[Records contained in a dataset]
------------------------------------------------------------------------

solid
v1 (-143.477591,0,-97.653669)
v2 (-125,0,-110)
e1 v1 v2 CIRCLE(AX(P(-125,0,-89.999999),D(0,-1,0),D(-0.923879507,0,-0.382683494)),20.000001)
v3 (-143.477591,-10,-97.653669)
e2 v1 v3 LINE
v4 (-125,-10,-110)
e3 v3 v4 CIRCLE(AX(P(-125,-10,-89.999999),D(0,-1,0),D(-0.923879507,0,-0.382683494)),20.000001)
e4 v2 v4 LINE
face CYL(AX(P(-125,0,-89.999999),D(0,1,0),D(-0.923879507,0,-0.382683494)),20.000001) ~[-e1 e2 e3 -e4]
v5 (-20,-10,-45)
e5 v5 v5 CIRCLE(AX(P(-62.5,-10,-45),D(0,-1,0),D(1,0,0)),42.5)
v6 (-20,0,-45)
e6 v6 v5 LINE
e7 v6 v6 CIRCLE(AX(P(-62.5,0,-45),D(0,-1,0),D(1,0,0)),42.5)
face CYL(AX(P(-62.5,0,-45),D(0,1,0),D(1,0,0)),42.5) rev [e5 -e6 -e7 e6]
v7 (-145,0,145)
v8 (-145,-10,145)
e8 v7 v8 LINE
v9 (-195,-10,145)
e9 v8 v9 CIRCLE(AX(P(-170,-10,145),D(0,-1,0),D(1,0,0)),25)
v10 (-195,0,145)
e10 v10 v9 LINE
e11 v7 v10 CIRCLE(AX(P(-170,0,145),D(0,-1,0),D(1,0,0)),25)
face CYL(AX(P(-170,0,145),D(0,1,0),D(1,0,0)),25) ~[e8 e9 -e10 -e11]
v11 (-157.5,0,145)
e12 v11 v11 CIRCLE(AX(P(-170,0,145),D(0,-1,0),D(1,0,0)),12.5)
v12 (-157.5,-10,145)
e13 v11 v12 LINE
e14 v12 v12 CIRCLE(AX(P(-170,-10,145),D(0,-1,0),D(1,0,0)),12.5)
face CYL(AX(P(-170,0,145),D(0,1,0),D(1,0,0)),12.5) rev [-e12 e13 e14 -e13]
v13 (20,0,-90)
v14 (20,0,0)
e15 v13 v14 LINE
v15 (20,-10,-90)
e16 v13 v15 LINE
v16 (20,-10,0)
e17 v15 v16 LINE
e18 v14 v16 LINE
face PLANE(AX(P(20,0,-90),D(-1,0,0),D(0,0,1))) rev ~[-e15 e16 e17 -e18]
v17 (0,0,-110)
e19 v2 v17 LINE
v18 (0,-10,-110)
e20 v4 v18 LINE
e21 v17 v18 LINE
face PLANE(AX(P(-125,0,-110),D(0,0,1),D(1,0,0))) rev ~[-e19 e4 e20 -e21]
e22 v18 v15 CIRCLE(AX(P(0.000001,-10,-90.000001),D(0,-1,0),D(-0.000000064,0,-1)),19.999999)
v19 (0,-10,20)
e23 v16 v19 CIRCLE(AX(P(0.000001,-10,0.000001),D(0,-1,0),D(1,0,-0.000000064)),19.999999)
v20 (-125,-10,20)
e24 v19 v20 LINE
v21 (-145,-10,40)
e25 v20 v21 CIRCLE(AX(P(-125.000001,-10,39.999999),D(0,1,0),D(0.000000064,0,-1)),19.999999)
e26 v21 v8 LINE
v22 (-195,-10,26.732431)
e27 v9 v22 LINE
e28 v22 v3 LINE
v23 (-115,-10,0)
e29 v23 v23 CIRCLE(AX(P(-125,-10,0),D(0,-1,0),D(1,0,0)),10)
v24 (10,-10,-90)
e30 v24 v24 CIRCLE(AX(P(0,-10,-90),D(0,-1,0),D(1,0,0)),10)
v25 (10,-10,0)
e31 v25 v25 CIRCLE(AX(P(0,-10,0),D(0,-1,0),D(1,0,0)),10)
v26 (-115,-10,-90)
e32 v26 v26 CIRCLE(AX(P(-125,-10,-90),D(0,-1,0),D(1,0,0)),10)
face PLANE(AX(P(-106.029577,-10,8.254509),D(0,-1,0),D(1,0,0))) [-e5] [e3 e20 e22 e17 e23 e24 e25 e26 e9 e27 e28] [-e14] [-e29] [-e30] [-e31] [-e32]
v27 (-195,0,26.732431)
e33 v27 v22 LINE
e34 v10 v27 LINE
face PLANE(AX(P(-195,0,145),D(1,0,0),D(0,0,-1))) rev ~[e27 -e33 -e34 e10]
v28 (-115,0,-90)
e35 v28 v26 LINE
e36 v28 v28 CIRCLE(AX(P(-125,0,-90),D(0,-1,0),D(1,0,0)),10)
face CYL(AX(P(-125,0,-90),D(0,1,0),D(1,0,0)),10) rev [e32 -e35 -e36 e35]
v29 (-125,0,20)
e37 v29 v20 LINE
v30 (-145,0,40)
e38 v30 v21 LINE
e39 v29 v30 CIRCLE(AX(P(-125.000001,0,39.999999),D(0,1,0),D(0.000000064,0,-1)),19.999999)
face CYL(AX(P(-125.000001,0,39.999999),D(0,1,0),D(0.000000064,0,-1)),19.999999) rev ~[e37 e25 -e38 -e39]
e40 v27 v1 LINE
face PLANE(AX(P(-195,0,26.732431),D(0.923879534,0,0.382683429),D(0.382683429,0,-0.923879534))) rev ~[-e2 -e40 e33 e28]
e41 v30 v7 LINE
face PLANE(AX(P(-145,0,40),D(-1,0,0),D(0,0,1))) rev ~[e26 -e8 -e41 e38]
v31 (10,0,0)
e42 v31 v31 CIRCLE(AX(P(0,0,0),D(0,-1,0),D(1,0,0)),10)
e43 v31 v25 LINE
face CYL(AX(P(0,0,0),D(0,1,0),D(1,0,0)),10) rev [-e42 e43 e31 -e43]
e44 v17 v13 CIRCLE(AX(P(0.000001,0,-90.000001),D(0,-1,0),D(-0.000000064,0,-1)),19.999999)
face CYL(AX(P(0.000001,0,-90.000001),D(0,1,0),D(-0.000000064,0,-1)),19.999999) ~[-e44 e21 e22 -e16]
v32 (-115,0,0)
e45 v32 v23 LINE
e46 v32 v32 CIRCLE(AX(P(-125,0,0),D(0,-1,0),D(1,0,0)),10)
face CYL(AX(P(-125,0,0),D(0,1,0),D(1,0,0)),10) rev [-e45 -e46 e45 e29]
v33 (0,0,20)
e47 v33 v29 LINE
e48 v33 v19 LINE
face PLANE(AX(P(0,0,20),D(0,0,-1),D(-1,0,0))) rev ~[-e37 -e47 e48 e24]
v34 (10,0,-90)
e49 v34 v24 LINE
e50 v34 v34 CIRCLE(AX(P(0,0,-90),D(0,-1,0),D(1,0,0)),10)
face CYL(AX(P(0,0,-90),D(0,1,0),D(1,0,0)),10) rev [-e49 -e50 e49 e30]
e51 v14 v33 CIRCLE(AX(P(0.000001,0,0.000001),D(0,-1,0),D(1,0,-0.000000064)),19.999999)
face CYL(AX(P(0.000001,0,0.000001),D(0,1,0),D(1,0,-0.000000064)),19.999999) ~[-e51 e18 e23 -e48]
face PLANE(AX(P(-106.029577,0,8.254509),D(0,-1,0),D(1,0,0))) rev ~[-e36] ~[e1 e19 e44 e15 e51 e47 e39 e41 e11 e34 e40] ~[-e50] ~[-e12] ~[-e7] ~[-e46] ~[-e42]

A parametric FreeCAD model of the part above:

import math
import FreeCAD as App
import Part
import Sketcher
from FreeCAD import Vector
Q = App.Units.Quantity

doc = App.newDocument("Part")
body = doc.addObject("PartDesign::Body", "Body")

# Sketch on XZ plane
sketch1 = body.newObject("Sketcher::SketchObject", "Sketch")
sketch1.AttachmentSupport = (doc.getObject("XZ_Plane"), [""])
sketch1.MapMode = "FlatFace"
sketch1.addGeometry(Part.ArcOfCircle(Part.Circle(Vector(0, 0, 0), Vector(0, 0, 1), 20), math.radians(0), math.radians(90)), False)
sketch1.addGeometry(Part.LineSegment(Vector(0, 20, 0), Vector(-125, 20, 0)), False)
sketch1.addGeometry(Part.ArcOfCircle(Part.Circle(Vector(-125, 40, 0), Vector(0, 0, 1), 20), math.radians(180), math.radians(270)), False)
sketch1.addGeometry(Part.LineSegment(Vector(-145, 40, 0), Vector(-145, 145, 0)), False)
sketch1.addGeometry(Part.ArcOfCircle(Part.Circle(Vector(-170, 145, 0), Vector(0, 0, 1), 25), math.radians(0), math.radians(180)), False)
sketch1.addGeometry(Part.LineSegment(Vector(-195, 145, 0), Vector(-195, 27, 0)), False)
sketch1.addGeometry(Part.LineSegment(Vector(-195, 27, 0), Vector(-143, -98, 0)), False)
sketch1.addGeometry(Part.ArcOfCircle(Part.Circle(Vector(-125, -90, 0), Vector(0, 0, 1), 20), math.radians(-157), math.radians(-90)), False)
sketch1.addGeometry(Part.LineSegment(Vector(-125, -110, 0), Vector(0, -110, 0)), False)
sketch1.addGeometry(Part.ArcOfCircle(Part.Circle(Vector(0, -90, 0), Vector(0, 0, 1), 20), math.radians(-90), math.radians(0)), False)
sketch1.addGeometry(Part.LineSegment(Vector(20, -90, 0), Vector(20, 0, 0)), False)
sketch1.addGeometry(Part.Circle(Vector(-125, -90, 0), Vector(0, 0, 1), 10), False)
sketch1.addGeometry(Part.Circle(Vector(-125, 0, 0), Vector(0, 0, 1), 10), False)
sketch1.addGeometry(Part.Circle(Vector(-62, -45, 0), Vector(0, 0, 1), 42), False)
sketch1.addGeometry(Part.Circle(Vector(0, -90, 0), Vector(0, 0, 1), 10), False)
sketch1.addGeometry(Part.Circle(Vector(0, 0, 0), Vector(0, 0, 1), 10), False)
sketch1.addGeometry(Part.Circle(Vector(-170, 145, 0), Vector(0, 0, 1), 12), False)
sketch1.addConstraint(Sketcher.Constraint("Tangent", 0, 2, 1, 1))
sketch1.addConstraint(Sketcher.Constraint("Tangent", 1, 2, 2, 2))
sketch1.addConstraint(Sketcher.Constraint("Tangent", 2, 1, 3, 1))
sketch1.addConstraint(Sketcher.Constraint("Tangent", 3, 2, 4, 1))
sketch1.addConstraint(Sketcher.Constraint("Tangent", 4, 2, 5, 1))
sketch1.addConstraint(Sketcher.Constraint("Coincident", 5, 2, 6, 1))
sketch1.addConstraint(Sketcher.Constraint("Tangent", 6, 2, 7, 1))
sketch1.addConstraint(Sketcher.Constraint("Tangent", 7, 2, 8, 1))
sketch1.addConstraint(Sketcher.Constraint("Tangent", 8, 2, 9, 1))
sketch1.addConstraint(Sketcher.Constraint("Tangent", 9, 2, 10, 1))
sketch1.addConstraint(Sketcher.Constraint("Tangent", 10, 2, 0, 1))
sketch1.addConstraint(Sketcher.Constraint("Horizontal", 1))
sketch1.addConstraint(Sketcher.Constraint("Vertical", 3))
sketch1.addConstraint(Sketcher.Constraint("Vertical", 5))
sketch1.addConstraint(Sketcher.Constraint("Horizontal", 8))
sketch1.addConstraint(Sketcher.Constraint("Vertical", 10))
sketch1.addConstraint(Sketcher.Constraint("Coincident", 0, 3, -1, 1))
sketch1.addConstraint(Sketcher.Constraint("Coincident", 15, 3, -1, 1))
sketch1.addConstraint(Sketcher.Constraint("Coincident", 11, 3, 7, 3))
sketch1.addConstraint(Sketcher.Constraint("Coincident", 14, 3, 9, 3))
sketch1.addConstraint(Sketcher.Constraint("Coincident", 16, 3, 4, 3))
sketch1.addConstraint(Sketcher.Constraint("Equal", 0, 2))
sketch1.addConstraint(Sketcher.Constraint("Equal", 2, 9))
sketch1.addConstraint(Sketcher.Constraint("Equal", 11, 12))
sketch1.addConstraint(Sketcher.Constraint("Equal", 12, 14))
sketch1.addConstraint(Sketcher.Constraint("Equal", 14, 15))
sketch1.addConstraint(Sketcher.Constraint("PointOnObject", 12, 3, -1))
sketch1.addConstraint(Sketcher.Constraint("Horizontal", 9, 3, 11, 3))
sketch1.addConstraint(Sketcher.Constraint("Vertical", 2, 3, 7, 3))
sketch1.addConstraint(Sketcher.Constraint("Vertical", 11, 3, 12, 3))
sketch1.addConstraint(Sketcher.Constraint("Diameter", 11, Q("20 mm")))
sketch1.addConstraint(Sketcher.Constraint("Diameter", 13, Q("85 mm")))
sketch1.addConstraint(Sketcher.Constraint("Diameter", 16, Q("25 mm")))
sketch1.addConstraint(Sketcher.Constraint("Radius", 0, Q("19.999999 mm")))
sketch1.addConstraint(Sketcher.Constraint("Radius", 4, Q("25 mm")))
sketch1.addConstraint(Sketcher.Constraint("DistanceX", 1, 2, 1, 1, Q("125 mm")))
sketch1.addConstraint(Sketcher.Constraint("DistanceY", 3, 1, 3, 2, Q("105 mm")))
sketch1.addConstraint(Sketcher.Constraint("DistanceY", 10, 1, 10, 2, Q("90 mm")))
sketch1.addConstraint(Sketcher.Constraint("DistanceY", 13, 3, -1, 1, Q("45 mm")))
sketch1.addConstraint(Sketcher.Constraint("Angle", 6, Q("-67.5 deg")))
sketch1.addConstraint(Sketcher.Constraint("DistanceX", 13, 3, -1, 1, Q("62.5 mm")))
pad1 = body.newObject("PartDesign::Pad", "Pad")
pad1.Profile = sketch1
pad1.Length = 10

doc.recompute()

------------------------------------------------------------------------

Beginning at the line with "face PLANE(AX(P(-125,0,-110),D(0,0,1),D(1,0,0))) rev" and ending at the line with "e25 v20 v21", reproduce each line of the data above exactly, and add no other lines.

SOLUTION TO THIS TASK:
face PLANE(AX(P(-125,0,-110),D(0,0,1),D(1,0,0))) rev ~[-e19 e4 e20 -e21]
e22 v18 v15 CIRCLE(AX(P(0.000001,-10,-90.000001),D(0,-1,0),D(-0.000000064,0,-1)),19.999999)
v19 (0,-10,20)
e23 v16 v19 CIRCLE(AX(P(0.000001,-10,0.000001),D(0,-1,0),D(1,0,-0.000000064)),19.999999)
v20 (-125,-10,20)
e24 v19 v20 LINE
v21 (-145,-10,40)
e25 v20 v21 CIRCLE(AX(P(-125.000001,-10,39.999999),D(0,1,0),D(0.000000064,0,-1)),19.999999)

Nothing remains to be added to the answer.